--- Provided entries Enclosed Below ---

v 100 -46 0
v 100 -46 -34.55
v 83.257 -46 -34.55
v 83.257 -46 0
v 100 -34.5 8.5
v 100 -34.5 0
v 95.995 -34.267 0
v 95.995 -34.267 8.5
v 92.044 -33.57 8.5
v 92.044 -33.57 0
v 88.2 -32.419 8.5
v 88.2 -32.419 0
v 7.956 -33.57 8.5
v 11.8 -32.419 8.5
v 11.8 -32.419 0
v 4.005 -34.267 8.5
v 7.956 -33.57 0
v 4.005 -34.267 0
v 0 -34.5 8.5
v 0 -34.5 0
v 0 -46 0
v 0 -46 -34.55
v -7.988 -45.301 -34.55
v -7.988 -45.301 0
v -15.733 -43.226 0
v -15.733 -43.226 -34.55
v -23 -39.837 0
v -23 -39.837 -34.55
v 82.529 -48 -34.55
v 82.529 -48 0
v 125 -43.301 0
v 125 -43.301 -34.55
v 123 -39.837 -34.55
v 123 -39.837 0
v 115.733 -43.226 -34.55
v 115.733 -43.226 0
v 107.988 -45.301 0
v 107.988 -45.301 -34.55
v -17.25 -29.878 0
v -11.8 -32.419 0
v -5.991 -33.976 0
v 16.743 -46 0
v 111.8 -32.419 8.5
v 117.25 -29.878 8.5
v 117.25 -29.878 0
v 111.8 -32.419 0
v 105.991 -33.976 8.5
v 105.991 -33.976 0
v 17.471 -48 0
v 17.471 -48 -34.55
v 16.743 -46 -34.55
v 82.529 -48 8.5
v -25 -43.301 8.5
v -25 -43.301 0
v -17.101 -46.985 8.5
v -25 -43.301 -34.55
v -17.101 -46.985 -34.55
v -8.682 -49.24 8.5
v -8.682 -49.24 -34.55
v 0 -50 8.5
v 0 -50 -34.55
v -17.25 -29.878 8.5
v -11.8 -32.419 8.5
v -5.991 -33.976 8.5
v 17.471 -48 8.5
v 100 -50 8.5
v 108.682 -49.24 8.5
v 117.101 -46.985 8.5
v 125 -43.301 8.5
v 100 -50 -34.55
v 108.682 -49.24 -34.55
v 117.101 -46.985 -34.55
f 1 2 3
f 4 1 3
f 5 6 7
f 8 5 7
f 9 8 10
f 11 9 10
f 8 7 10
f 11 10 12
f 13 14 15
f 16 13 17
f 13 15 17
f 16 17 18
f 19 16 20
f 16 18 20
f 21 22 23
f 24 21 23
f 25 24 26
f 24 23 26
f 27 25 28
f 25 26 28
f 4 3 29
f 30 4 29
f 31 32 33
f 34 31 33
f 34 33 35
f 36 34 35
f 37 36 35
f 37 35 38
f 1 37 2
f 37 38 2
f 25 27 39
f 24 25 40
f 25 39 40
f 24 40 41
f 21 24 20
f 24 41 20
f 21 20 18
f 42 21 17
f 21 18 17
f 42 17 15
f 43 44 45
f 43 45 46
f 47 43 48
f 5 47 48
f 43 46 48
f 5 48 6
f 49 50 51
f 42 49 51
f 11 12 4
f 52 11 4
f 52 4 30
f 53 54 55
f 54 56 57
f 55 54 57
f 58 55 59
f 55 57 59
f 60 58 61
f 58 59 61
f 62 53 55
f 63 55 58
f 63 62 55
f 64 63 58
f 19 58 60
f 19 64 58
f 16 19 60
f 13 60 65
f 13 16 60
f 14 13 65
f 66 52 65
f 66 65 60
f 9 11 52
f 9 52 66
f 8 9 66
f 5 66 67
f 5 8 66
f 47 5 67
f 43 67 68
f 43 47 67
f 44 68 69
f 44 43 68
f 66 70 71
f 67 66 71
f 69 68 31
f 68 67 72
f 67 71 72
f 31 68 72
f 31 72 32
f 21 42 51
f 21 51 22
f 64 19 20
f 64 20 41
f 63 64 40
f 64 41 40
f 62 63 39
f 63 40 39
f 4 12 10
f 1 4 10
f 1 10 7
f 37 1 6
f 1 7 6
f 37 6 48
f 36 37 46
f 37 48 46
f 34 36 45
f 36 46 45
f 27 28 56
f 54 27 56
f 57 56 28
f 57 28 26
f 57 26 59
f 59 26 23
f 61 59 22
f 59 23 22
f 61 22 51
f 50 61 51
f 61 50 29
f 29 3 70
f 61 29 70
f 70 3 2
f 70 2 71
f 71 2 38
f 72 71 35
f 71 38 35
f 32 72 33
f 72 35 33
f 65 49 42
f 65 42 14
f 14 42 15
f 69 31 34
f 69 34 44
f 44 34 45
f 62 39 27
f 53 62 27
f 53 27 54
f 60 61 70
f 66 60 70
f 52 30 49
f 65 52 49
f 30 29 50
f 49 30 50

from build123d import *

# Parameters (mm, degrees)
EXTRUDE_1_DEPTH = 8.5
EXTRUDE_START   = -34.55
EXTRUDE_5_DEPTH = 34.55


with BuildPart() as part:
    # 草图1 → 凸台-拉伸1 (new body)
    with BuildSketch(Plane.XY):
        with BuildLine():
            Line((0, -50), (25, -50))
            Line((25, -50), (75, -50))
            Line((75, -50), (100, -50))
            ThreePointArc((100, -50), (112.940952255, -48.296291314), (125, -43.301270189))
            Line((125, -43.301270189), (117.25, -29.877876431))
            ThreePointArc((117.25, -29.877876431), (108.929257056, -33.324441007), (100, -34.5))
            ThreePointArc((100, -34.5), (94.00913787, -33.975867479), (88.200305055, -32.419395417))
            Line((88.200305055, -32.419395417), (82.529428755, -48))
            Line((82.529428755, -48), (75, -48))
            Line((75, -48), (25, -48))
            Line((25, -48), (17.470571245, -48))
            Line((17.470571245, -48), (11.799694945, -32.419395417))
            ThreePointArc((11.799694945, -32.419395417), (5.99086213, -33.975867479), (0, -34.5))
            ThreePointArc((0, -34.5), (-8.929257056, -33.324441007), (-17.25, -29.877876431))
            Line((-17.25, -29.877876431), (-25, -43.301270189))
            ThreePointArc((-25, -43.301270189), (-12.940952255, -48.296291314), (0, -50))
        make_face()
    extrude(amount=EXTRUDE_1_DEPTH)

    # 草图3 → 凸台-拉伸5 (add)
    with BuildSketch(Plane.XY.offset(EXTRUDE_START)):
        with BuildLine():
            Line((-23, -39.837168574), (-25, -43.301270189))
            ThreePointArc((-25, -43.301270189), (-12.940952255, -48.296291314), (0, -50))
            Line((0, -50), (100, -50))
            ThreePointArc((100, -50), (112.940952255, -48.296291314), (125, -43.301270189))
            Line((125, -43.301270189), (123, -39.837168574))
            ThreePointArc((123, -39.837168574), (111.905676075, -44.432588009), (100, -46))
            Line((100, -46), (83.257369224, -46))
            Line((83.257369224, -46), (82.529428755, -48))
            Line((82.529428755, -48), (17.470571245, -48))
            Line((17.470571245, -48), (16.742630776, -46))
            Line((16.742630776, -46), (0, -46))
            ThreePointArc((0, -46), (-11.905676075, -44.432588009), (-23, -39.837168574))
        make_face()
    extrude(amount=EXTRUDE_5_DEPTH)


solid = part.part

--- End of Enclosed Provided entries ---

Directions. Take the lines from the first line of the listing to the line containing "v -17.25 -29.878 8.5". Please print them exactly, ends included, with nothing else.

Reply.
v 100 -46 0
v 100 -46 -34.55
v 83.257 -46 -34.55
v 83.257 -46 0
v 100 -34.5 8.5
v 100 -34.5 0
v 95.995 -34.267 0
v 95.995 -34.267 8.5
v 92.044 -33.57 8.5
v 92.044 -33.57 0
v 88.2 -32.419 8.5
v 88.2 -32.419 0
v 7.956 -33.57 8.5
v 11.8 -32.419 8.5
v 11.8 -32.419 0
v 4.005 -34.267 8.5
v 7.956 -33.57 0
v 4.005 -34.267 0
v 0 -34.5 8.5
v 0 -34.5 0
v 0 -46 0
v 0 -46 -34.55
v -7.988 -45.301 -34.55
v -7.988 -45.301 0
v -15.733 -43.226 0
v -15.733 -43.226 -34.55
v -23 -39.837 0
v -23 -39.837 -34.55
v 82.529 -48 -34.55
v 82.529 -48 0
v 125 -43.301 0
v 125 -43.301 -34.55
v 123 -39.837 -34.55
v 123 -39.837 0
v 115.733 -43.226 -34.55
v 115.733 -43.226 0
v 107.988 -45.301 0
v 107.988 -45.301 -34.55
v -17.25 -29.878 0
v -11.8 -32.419 0
v -5.991 -33.976 0
v 16.743 -46 0
v 111.8 -32.419 8.5
v 117.25 -29.878 8.5
v 117.25 -29.878 0
v 111.8 -32.419 0
v 105.991 -33.976 8.5
v 105.991 -33.976 0
v 17.471 -48 0
v 17.471 -48 -34.55
v 16.743 -46 -34.55
v 82.529 -48 8.5
v -25 -43.301 8.5
v -25 -43.301 0
v -17.101 -46.985 8.5
v -25 -43.301 -34.55
v -17.101 -46.985 -34.55
v -8.682 -49.24 8.5
v -8.682 -49.24 -34.55
v 0 -50 8.5
v 0 -50 -34.55
v -17.25 -29.878 8.5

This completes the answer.